Classes, methods, and functionalities should be open for extension (new features) but closed for modification. This is another elegant "SOLID" design principle ensuring that tested code isn't altered unnecessarily. If you want to add new features, you must test them separately, which is the goal of the Open-Closed design principle. Additionally, Open-Closed principle stands for 'O' in SOLID.

**Single Responsibility Principle (SRP)**

The Single Responsibility Principle is another "SOLID" design principle representing the 'S'. A class should have only one reason to change, or in other words, a class should only perform a single function. If you place more than one function in a class, it couples those functions together. Changing one function may disrupt the other, requiring more testing to ensure smooth deployment.

**Dependency Injection or Inversion Principle**

Containers provide dependency injection, and Spring offers an excellent implementation of dependency injection. The beauty of this principle is that each injected class is easy to test and maintain because all object creation code is centralized in the container. There are multiple ways to perform dependency injection, such as bytecode instrumentation used by AOP frameworks like AspectJ, or proxies used in Spring. Here's an example of dependency injection. This principle represents the 'D' in SOLID.

**Favor Composition Over Inheritance**

If possible, favor composition over inheritance. Some might disagree, but I’ve found that composition offers more flexibility than inheritance. Composition allows runtime flexibility by setting properties and combining classes via interfaces. We can use polymorphism to change class behavior dynamically, increasing flexibility significantly. *Effective Java* also leans towards using composition.

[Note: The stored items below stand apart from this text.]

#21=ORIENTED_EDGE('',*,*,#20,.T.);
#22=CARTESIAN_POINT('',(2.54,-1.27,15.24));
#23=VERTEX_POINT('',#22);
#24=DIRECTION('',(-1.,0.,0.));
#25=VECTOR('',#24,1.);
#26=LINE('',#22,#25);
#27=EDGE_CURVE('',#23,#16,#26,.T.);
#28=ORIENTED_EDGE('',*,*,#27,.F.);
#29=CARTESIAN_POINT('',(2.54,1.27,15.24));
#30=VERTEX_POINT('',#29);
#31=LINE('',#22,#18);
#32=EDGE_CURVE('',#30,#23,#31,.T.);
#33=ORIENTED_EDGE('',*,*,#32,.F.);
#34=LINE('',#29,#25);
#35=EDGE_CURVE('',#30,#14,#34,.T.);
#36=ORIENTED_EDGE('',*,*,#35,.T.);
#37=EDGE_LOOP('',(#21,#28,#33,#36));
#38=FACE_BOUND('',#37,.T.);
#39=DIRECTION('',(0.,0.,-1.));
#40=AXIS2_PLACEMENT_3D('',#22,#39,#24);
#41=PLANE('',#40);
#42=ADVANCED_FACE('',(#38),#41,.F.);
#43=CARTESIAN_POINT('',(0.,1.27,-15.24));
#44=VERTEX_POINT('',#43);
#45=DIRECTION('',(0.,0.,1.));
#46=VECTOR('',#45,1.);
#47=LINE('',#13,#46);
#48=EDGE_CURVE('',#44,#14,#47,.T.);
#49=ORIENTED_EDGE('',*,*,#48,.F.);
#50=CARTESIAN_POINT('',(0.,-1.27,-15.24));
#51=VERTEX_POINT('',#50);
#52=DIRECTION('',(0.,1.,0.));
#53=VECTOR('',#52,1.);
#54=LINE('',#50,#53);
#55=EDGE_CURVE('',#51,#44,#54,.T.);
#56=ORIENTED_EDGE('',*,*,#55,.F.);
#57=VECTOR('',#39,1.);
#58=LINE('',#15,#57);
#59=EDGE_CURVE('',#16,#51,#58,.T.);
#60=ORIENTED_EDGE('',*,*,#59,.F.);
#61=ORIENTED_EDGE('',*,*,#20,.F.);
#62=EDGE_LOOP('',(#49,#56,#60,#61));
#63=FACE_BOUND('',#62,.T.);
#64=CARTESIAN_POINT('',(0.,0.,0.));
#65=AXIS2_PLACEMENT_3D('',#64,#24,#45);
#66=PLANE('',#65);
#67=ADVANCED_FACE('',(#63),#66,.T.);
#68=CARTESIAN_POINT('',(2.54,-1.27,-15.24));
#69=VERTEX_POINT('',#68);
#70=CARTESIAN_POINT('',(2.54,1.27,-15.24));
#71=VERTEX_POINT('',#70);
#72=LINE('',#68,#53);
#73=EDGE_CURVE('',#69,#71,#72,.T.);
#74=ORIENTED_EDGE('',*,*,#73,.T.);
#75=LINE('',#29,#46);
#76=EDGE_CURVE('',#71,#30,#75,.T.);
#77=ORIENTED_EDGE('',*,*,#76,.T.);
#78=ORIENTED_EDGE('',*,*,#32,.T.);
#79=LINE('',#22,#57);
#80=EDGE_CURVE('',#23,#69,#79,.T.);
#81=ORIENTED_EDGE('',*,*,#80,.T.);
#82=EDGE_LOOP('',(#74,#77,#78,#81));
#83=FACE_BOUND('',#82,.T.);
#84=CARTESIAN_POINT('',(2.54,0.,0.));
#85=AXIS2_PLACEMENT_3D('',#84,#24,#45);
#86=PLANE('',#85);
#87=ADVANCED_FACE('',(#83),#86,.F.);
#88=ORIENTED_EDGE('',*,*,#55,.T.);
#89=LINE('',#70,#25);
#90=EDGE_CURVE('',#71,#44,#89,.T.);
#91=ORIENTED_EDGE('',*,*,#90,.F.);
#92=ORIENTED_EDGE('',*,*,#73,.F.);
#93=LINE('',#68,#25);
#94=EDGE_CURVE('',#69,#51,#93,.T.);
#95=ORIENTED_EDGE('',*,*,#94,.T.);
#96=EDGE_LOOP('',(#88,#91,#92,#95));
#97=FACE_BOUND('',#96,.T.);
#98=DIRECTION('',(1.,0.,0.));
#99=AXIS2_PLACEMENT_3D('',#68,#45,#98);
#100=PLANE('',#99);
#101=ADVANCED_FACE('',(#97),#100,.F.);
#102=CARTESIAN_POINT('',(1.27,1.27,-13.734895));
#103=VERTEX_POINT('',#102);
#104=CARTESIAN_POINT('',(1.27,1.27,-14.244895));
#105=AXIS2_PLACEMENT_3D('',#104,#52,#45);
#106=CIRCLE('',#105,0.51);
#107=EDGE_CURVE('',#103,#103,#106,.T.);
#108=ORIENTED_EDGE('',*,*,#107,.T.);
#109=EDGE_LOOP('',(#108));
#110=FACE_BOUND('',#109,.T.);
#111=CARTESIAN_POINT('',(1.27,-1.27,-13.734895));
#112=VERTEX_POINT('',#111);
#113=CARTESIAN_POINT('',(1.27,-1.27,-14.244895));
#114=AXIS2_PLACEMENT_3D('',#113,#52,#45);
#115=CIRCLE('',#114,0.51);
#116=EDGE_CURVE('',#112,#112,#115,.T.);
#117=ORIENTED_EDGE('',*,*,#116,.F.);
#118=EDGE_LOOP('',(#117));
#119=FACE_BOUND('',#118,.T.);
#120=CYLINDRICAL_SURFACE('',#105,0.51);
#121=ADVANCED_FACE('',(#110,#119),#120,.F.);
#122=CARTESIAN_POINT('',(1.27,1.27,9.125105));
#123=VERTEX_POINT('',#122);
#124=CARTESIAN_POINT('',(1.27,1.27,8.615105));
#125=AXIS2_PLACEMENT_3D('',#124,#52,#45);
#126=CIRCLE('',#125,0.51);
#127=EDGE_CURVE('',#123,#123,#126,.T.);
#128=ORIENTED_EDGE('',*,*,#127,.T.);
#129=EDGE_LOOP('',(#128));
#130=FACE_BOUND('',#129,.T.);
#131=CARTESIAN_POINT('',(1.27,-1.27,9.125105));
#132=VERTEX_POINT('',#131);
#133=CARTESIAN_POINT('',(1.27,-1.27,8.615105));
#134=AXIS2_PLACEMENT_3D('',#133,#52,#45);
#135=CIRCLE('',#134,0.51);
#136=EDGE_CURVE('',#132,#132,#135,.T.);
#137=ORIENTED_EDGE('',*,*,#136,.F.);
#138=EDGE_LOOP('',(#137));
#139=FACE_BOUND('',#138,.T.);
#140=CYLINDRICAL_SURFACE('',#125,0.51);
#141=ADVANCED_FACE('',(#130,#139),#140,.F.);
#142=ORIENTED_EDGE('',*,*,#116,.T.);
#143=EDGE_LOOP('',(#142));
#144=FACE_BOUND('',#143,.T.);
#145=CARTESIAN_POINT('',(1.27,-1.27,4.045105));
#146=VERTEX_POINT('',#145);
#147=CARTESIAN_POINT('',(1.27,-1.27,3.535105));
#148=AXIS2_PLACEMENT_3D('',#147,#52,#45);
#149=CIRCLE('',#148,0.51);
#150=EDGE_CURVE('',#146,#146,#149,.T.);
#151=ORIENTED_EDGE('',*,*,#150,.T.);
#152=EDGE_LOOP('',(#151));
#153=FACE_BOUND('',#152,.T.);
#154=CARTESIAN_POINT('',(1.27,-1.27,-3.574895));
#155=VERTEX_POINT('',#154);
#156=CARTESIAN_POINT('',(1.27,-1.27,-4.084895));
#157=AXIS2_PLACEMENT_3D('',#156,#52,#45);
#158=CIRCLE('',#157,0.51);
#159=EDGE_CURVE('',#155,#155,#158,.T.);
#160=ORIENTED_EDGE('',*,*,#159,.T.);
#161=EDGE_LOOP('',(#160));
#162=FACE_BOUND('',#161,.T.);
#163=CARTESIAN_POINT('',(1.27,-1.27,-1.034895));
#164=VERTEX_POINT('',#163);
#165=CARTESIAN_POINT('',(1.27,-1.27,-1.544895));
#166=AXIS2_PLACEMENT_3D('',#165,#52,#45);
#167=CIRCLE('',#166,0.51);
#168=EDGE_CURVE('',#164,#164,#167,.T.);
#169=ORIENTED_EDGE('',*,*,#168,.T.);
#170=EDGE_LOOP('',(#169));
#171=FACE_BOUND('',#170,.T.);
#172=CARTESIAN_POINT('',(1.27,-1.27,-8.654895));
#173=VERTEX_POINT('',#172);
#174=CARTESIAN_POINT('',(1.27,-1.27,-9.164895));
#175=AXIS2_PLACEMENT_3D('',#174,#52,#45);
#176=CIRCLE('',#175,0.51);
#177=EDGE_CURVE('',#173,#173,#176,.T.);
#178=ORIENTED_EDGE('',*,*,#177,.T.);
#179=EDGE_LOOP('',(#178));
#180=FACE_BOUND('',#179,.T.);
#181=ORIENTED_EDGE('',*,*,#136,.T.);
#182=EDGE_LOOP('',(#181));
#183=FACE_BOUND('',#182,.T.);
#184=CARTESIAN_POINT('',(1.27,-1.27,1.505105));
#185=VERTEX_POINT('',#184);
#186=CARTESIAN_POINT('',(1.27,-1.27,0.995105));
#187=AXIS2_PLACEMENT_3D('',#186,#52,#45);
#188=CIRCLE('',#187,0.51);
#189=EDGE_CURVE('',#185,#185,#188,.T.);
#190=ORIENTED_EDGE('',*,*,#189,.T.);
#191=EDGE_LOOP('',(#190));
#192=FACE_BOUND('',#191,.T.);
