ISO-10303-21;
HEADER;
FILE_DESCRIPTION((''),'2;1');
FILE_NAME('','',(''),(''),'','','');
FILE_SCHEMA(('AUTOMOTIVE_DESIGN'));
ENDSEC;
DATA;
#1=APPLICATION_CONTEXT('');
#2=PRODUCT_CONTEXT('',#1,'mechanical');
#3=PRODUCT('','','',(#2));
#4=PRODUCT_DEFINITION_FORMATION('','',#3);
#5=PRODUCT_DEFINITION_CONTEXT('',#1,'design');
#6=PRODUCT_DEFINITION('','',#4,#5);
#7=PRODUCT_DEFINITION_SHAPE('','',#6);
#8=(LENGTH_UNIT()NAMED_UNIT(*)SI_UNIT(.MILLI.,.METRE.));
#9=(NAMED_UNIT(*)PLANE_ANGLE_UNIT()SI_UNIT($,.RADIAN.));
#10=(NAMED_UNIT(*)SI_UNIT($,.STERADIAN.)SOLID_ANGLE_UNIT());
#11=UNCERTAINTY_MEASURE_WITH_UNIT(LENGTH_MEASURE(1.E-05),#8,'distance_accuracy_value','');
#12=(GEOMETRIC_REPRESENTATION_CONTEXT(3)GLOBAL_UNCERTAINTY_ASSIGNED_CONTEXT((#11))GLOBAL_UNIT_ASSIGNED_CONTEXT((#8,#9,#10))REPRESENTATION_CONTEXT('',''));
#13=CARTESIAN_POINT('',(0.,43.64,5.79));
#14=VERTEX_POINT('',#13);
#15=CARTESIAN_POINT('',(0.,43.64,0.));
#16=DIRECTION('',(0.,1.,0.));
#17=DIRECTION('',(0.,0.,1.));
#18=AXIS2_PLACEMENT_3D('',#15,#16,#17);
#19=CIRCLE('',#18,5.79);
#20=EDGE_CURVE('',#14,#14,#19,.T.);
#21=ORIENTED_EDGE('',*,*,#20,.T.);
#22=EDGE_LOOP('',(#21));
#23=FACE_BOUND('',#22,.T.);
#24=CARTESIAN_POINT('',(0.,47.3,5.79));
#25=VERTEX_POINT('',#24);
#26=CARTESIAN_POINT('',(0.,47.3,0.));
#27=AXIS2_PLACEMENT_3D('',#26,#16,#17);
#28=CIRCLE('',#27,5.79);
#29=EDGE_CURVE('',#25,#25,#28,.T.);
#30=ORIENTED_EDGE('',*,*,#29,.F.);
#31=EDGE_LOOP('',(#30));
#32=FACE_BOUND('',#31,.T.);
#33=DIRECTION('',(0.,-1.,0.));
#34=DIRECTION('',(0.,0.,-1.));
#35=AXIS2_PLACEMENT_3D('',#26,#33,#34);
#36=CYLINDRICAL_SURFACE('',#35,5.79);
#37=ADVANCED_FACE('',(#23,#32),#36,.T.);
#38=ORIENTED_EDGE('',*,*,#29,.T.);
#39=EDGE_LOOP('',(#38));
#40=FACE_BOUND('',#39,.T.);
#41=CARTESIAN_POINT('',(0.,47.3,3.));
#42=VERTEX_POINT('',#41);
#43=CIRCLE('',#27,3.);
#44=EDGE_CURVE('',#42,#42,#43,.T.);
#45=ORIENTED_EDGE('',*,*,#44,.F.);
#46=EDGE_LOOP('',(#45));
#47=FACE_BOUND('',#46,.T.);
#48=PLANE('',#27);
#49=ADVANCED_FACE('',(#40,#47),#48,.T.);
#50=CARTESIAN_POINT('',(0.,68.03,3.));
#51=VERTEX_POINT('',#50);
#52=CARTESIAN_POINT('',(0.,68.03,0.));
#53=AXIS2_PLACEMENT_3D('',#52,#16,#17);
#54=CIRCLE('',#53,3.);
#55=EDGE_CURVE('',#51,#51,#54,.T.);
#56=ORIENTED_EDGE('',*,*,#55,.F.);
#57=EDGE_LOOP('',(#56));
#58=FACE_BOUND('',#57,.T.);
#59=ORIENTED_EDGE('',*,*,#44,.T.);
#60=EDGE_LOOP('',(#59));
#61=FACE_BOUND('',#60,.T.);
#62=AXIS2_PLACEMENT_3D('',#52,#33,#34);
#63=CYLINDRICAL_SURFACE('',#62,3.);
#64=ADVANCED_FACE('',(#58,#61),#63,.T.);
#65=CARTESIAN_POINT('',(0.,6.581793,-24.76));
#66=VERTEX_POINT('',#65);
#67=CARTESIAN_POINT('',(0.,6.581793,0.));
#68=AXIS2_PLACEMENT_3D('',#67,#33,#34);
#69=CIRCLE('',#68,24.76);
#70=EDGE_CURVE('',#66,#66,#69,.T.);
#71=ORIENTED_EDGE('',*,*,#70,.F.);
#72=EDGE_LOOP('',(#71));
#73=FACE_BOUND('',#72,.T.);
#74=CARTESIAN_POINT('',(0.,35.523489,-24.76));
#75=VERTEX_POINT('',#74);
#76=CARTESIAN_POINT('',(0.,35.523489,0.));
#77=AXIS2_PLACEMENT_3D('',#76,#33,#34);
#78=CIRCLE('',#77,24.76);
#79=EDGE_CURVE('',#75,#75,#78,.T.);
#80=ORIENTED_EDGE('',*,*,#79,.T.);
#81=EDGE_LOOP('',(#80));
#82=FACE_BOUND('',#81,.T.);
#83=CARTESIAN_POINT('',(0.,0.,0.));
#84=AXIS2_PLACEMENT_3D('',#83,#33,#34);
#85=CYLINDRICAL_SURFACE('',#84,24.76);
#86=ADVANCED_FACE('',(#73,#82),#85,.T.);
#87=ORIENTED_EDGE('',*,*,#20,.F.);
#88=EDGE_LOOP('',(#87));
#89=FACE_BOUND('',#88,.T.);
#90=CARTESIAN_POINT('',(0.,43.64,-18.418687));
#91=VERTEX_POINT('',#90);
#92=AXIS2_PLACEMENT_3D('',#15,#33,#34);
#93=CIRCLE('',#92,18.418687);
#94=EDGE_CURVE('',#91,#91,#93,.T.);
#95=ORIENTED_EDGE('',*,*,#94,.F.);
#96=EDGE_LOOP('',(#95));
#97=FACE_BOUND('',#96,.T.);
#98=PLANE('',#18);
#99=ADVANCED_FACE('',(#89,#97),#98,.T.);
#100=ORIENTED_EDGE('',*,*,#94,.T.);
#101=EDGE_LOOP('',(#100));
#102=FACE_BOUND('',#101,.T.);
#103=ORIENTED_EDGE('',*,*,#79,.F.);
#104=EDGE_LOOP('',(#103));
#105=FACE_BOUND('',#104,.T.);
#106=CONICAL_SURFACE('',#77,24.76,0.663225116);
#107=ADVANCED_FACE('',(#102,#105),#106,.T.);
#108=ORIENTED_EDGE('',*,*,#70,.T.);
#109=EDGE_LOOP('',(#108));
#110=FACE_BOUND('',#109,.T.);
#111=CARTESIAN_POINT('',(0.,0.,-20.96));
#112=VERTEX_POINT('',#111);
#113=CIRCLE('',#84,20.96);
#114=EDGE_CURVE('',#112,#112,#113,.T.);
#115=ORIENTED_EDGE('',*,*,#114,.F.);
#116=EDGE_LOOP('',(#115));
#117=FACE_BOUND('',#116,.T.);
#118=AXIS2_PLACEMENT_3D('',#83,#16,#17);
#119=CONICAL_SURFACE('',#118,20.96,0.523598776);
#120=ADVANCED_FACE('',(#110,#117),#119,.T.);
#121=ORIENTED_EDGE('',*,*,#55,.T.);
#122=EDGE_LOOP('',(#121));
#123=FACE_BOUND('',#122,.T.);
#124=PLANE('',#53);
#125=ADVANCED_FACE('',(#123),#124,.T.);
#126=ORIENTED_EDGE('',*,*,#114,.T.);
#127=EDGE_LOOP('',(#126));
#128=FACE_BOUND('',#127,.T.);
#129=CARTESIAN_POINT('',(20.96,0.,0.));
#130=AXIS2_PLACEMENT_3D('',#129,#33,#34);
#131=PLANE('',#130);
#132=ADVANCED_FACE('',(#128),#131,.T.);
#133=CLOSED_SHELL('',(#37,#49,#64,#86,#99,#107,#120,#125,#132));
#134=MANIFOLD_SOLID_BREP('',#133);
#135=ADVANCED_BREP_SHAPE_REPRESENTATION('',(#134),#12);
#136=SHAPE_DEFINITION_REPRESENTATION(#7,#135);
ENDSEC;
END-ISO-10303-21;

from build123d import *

# Parameters (mm, degrees)
SKETCH2_R           = 3
BOSS_EXTRUDE1_DEPTH = 24.39
SKETCH4_R           = 5.79
BOSS_EXTRUDE2_DEPTH = 3.66


with BuildPart() as part:
    # Sketch1 → Revolve1 (revolve)
    with BuildSketch(Plane.XY, mode=Mode.PRIVATE) as revolve1_sk:
        Polygon((0, 0), (0, 43.64), (18.418686804, 43.64), (24.76, 35.523489238), (24.76, 6.581793069), (20.96, 0), align=None)
    revolve(revolve1_sk.sketch.rotate(Axis((0, 0, 0), (0, 1, 0)), 90), axis=Axis((0, 0, 0), (0, 1, 0)))

    # Sketch2 → Boss-Extrude1 (add)
    with BuildSketch(Plane(origin=(0, 43.64, 0), x_dir=(1, 0, 0), z_dir=(0, 1, 0))):
        with Locations(Location((0, 0, 0), (0, 0, 270))):
            Circle(SKETCH2_R)
    extrude(amount=BOSS_EXTRUDE1_DEPTH)

    # Sketch4 → Boss-Extrude2 (add)
    with BuildSketch(Plane(origin=(0, 43.64, 0), x_dir=(1, 0, 0), z_dir=(0, 1, 0))):
        with Locations(Location((0, 0, 0), (0, 0, 270))):
            Circle(SKETCH4_R)
    extrude(amount=BOSS_EXTRUDE2_DEPTH)


solid = part.part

**Liskov Substitution Principle (LSP)**

According to the Liskov Substitution Principle, subclasses must be substitutable for their base classes. This means that methods that work with instances of the base class should work just as well with instances of the subclass. LSP is closely related to the Single Responsibility Principle and the Interface Segregation Principle. If a base class has more functionality than a subclass can support, the subclass violates LSP. To adhere to LSP, a subclass should enhance rather than reduce the functionality of the base class. LSP represents the 'L' in SOLID.

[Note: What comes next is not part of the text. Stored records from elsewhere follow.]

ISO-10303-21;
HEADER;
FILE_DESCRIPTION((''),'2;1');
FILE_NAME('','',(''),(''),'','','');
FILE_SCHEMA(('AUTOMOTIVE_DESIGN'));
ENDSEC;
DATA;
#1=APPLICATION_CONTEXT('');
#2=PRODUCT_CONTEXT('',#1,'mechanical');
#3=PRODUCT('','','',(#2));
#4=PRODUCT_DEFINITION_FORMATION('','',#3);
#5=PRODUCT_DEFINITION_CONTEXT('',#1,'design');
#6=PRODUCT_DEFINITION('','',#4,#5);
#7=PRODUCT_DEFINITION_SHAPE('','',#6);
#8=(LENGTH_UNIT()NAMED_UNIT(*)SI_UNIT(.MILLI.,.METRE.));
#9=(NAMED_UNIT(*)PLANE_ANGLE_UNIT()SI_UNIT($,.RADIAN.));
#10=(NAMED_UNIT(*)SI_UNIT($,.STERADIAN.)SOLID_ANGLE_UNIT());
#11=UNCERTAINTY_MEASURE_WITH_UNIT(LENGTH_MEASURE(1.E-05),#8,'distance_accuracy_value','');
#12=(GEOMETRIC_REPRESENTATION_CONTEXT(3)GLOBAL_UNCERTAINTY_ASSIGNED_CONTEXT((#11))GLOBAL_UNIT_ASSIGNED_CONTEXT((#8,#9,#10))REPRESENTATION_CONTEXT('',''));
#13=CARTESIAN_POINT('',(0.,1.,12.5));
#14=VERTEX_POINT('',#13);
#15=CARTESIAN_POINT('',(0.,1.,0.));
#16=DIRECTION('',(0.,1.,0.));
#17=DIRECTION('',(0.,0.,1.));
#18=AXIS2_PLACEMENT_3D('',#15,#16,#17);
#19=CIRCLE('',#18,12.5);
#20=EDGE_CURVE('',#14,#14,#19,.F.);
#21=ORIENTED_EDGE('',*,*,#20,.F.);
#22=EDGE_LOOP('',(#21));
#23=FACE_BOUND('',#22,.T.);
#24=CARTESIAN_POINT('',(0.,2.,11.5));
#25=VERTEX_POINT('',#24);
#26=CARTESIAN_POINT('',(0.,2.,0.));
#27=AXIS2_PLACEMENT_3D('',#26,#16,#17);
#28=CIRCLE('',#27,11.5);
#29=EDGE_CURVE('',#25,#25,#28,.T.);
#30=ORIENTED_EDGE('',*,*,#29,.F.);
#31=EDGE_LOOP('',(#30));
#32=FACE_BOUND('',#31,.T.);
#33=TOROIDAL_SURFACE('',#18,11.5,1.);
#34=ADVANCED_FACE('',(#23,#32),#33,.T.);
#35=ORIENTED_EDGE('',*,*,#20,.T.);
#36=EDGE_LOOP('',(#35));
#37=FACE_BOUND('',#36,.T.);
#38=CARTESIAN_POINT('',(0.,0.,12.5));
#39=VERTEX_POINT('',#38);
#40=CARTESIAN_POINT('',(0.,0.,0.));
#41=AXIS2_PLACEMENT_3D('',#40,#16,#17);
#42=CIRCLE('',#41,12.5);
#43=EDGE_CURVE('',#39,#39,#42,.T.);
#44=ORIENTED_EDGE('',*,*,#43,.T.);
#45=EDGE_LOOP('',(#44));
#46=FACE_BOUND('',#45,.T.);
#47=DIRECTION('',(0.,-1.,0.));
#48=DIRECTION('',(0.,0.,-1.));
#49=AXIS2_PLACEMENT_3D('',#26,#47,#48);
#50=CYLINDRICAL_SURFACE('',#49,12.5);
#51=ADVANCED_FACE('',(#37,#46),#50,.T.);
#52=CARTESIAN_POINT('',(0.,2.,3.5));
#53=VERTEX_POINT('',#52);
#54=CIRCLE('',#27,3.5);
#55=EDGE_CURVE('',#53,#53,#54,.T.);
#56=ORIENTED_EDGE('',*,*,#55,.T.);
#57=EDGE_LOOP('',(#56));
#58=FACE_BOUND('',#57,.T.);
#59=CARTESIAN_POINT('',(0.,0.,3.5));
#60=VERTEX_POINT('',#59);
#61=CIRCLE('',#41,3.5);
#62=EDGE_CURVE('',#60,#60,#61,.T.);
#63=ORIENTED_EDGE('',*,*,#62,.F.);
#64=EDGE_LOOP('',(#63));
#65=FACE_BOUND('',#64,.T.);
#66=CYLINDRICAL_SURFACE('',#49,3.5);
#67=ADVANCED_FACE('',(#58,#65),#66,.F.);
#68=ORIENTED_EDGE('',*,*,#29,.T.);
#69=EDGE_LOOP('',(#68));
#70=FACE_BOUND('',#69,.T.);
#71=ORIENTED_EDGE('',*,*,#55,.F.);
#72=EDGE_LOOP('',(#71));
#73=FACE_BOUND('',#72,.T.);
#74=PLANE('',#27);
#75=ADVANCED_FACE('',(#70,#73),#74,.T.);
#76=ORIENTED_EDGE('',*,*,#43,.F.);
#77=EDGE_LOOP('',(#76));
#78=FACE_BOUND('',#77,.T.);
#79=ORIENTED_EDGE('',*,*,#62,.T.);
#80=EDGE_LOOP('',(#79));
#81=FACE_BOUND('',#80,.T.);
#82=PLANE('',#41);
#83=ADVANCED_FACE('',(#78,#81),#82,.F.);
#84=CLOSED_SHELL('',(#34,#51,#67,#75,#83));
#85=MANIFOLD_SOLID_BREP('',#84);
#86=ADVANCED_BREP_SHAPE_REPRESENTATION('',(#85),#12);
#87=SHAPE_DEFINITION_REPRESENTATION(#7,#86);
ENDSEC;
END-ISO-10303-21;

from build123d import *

# Parameters (mm, degrees)
SKETCH1_R           = 12.5
SKETCH1_R_2         = 3.5
BOSS_EXTRUDE1_DEPTH = 2
FILLET1_R           = 1


with BuildPart() as part:
    # Sketch1 → Boss-Extrude1 (new body)
    with BuildSketch(Plane(origin=(0, 0, 0), x_dir=(1, 0, 0), z_dir=(0, 1, 0))):
        with Locations(Location((0, 0, 0), (0, 0, 270))):
            Circle(SKETCH1_R)
        with Locations(Location((0, 0, 0), (0, 0, 270))):
            Circle(SKETCH1_R_2, mode=Mode.SUBTRACT)
    extrude(amount=BOSS_EXTRUDE1_DEPTH)

    # Fillet1
    fillet1_edges = [part.edges().sort_by_distance(p)[0] for p in [
        (0, 2, -12.5),
    ]]
    fillet(fillet1_edges, radius=FILLET1_R)


solid = part.part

**Interface Segregation Principle (ISP)**

The Interface Segregation Principle emphasizes that clients should not be forced to depend on interfaces they do not use. When an interface contains more than one functionality, and a client needs only one part of it, the client should not implement unnecessary parts. Designing interfaces is complex because once released, it becomes difficult to modify them without breaking existing implementations. Another benefit of segregating interfaces is that fewer methods need to be implemented if the interface contains only one functionality.

**Program to Interfaces, Not Implementations**

Program to interfaces whenever possible, providing flexibility to introduce new interfaces easily. Use interface types for variable types, return types of methods, and parameter types. Many programmers recommend this practice, including books like *Effective Java* and *Head First Design Patterns*.

**Delegation Principle**

Don't do everything yourself; delegate tasks to appropriate classes when needed. A classic example of using the delegation pattern is the `equals()` and `hashCode()` methods. Instead of comparing objects using client-side code, we let the objects compare themselves. The advantage of this approach is reduced code duplication and easier modification of behavior.

All these object-oriented principles help you write more flexible, highly cohesive, and loosely coupled code. Learning the theory is the first step, but the key is applying these design principles effectively. Identify areas where these principles are violated, but remember that nothing in this world is perfect. Don't try to solve every problem with design patterns and theories, as they are often aimed at large enterprise-level projects with longer lifecycles. In short, smaller projects may not warrant such extensive efforts.